So that only left two things to do, to make him an official part of the DreamPower herd. First, he needed a name.  His given name is "Iwishewasagypsyvanner." (He is a 9-year-old paint/cob/Percheron cross but looks very much like a Gypsy vanner.)  But at DreamPower, we don't "wish" he is anything other than the wonderful horse that he is - we are thrilled with him, just the way he is! Literally hundreds of new names were suggested, but the name that stuck is "Captain Bingo."  "Captain" is in honor of the veterans he will serve in our Horses for Heroes program and "Bingo" is in honor of the San Martin Lions Club, who have been such generous financial supporters of DreamPower, through the proceeds of their Wednesday night bingo games!

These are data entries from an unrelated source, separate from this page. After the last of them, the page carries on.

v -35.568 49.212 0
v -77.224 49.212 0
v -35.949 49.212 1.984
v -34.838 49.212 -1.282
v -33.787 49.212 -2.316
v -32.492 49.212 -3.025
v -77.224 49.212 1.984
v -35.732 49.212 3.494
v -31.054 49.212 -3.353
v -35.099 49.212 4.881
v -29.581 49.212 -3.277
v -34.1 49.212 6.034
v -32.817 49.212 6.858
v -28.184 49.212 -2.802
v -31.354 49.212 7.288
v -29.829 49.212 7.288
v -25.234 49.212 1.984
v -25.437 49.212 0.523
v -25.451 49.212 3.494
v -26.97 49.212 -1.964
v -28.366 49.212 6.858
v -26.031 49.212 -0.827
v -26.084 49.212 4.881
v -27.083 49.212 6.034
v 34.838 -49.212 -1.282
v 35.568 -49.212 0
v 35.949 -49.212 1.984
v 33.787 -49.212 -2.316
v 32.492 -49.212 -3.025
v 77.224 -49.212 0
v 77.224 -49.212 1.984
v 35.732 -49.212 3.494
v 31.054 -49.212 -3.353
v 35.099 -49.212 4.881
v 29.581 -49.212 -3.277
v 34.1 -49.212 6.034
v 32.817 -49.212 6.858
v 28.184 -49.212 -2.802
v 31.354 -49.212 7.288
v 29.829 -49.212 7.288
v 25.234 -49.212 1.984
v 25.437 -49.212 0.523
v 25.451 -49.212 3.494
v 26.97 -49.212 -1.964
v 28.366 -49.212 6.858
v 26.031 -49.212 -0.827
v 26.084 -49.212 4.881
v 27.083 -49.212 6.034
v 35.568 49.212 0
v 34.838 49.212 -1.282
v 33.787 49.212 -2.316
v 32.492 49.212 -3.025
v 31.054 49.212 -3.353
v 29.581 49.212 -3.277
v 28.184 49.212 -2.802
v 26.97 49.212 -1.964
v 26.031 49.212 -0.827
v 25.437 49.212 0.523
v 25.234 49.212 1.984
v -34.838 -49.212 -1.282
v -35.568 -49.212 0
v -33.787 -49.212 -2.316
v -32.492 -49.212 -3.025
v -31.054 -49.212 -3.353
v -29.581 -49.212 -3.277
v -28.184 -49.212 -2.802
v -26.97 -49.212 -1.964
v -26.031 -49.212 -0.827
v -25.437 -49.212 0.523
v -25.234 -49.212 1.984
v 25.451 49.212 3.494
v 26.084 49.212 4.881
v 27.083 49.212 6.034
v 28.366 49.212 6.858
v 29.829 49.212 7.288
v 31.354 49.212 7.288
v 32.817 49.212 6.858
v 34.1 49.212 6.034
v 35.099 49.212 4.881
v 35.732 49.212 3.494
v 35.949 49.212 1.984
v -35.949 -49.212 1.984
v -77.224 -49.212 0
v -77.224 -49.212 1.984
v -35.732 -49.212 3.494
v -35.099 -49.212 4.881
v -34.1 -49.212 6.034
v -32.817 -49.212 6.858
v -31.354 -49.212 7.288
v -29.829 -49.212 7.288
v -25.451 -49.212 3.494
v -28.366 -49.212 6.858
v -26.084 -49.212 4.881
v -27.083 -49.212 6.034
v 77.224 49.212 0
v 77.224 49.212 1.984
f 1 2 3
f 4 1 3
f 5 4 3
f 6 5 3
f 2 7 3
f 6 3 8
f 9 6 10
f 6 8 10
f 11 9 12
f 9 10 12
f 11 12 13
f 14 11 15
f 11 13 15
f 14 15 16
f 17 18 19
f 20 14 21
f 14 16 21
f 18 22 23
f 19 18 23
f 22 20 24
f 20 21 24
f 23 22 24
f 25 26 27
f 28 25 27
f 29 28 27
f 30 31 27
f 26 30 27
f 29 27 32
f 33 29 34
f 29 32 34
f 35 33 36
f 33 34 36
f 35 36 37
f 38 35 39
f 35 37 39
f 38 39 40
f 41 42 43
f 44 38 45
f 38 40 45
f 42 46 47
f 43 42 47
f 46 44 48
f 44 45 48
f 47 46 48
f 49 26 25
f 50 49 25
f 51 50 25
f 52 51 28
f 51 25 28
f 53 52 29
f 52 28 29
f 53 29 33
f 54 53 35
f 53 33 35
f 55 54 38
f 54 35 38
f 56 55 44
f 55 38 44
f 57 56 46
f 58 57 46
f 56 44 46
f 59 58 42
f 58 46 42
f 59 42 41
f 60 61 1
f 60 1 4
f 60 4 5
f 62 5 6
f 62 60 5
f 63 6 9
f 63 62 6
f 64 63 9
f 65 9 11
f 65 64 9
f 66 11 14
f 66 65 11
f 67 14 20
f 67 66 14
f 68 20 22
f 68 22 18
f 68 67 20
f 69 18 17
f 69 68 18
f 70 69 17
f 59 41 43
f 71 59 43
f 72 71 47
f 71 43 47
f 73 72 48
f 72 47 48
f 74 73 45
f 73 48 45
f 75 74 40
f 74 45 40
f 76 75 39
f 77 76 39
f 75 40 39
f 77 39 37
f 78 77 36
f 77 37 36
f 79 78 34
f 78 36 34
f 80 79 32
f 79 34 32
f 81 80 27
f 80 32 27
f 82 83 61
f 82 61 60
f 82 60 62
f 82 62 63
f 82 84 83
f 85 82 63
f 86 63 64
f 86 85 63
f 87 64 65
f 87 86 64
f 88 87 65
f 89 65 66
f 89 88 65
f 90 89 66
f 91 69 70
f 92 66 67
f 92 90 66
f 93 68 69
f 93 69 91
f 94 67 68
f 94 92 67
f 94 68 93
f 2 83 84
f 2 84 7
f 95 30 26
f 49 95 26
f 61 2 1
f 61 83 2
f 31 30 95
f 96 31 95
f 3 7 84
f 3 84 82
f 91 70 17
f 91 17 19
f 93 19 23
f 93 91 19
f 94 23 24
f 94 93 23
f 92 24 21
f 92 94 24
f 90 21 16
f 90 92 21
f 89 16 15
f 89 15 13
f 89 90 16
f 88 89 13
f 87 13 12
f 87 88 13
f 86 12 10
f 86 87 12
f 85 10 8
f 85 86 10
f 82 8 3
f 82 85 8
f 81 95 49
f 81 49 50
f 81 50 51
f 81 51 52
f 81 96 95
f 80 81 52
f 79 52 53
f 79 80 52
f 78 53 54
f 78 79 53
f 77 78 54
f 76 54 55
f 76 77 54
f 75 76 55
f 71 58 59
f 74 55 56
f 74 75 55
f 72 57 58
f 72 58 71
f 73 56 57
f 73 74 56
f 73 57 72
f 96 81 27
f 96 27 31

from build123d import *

# Parameters (mm, degrees)
F0_W     = 41.275
F0_H     = 98.425
F1_DEPTH = 1.984375
F3_DEPTH = 98.425


with BuildPart() as f1:
    # F0 (on Top) → F1 (new body)
    with BuildSketch(Plane.XY):
        with Locations((-56.586691, 0)):
            Rectangle(F0_W, F0_H)
        with Locations((56.586691, 0)):
            Rectangle(F0_W, F0_H)
    extrude(amount=F1_DEPTH)

    # F2 (on face) → F3 (join)
    with BuildSketch(Plane.XZ.offset(49.2125)):
        with BuildLine():
            ThreePointArc((-35.568166, 0), (-35.853073, 0.974063), (-35.949191, 1.984375))
            Line((-35.949191, 1.984375), (-35.949191, 0))
            Line((-35.949191, 0), (-35.568166, 0))
        make_face()
        with BuildLine():
            ThreePointArc((-35.568166, 0), (-29.581067, -3.277319), (-25.233566, 1.984375))
            ThreePointArc((-25.233566, 1.984375), (-30.591379, 7.342187), (-35.949191, 1.984375))
            ThreePointArc((-35.949191, 1.984375), (-35.853073, 0.974063), (-35.568166, 0))
        make_face()
    extrude(amount=-F3_DEPTH)

    # F4: F1 across plane


with BuildPart() as f1_1:
    add(f1.part)
    add(f1.part.mirror(Plane.YZ))


solid = f1_1.part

Lastly, I have been ordering new tack that will fit our new large-size horse. The new saddle donated by the Rotary Club of Gilroy and Janice Clare-Johnson has arrived.  I have ordered a draft-size bridle and sidepull for his draft-size head and we are awaiting their delivery.

Woo-hoo!!  Thank you to everyone who made this possible.  And special thanks to Kim Johnson, who raised and trained a truly wonderful horse, who is now able to step into his new job at DreamPower with such ease and comfort.  Please join me in welcoming Captain Bingo to DreamPower!

Tuesday, February 8, 2011

National Treasure

DreamPower Horses for Heroes
GWOT Day at the Ranch
January 29, 2011

The Veterans

"I feel as though each one of these vets is a national treasure.  I really do feel that way." 
 --David Haley, Licensed Marriage and Family Therapist

"I can say what I really feel and not worry about your reactions. I can't do that anywhere else."
  --An OEF/OIF veteran

"I had forgotten how safe it feels to be here at this ranch with you guys."
--An OEF/OIF veteran

"I just feel so at home here. It is a safe place for me."
--An OEF/OIF veteran 

"I don't know what you guys do here but I can't shut him up for a day and a half after he's been here. He used to isolate a lot. I now have hope that I will someday get my husband back."
--The wife of an OEF/OIF veteran

"Thank you so much for putting together the Horses for Heroes event. It was the type of relaxing, learning event that I feel is an outstanding alternative to traditional therapy. I look forward to bringing more vets with me the next time this event takes place."
--An OEF/OIF Veteran and Veterans' Center Staff

"Horses for Heroes is a fantastic program for our returning veterans, and a great example of a therapeutic learning environment."
--Educational Researcher, UC Berkeley 
The Staff and Volunteers
 "It was truly inspiring to see you all in action (including of course Red, Two Lips, et al!). Your dedication and caring, combined with your remarkable professional expertise, makes for a wonderful program. Thanks for all the great work you do for and with our veterans."
--Educational Researcher, UC Berkeley

Friends, Fun, Food . . . and Horses!

DreamPower Horses for Heroes events are offered at no cost to veterans and military personnel and their families. These special events and life-saving, life-changing services are made possible through the generous donations of individuals, businesses and organizations who want to say to our vets, "Thank you for your service!"  For more information or to make a donation to DreamPower Horses for Heroes, contact
dreampowerhorsemanship at hotmail dot com.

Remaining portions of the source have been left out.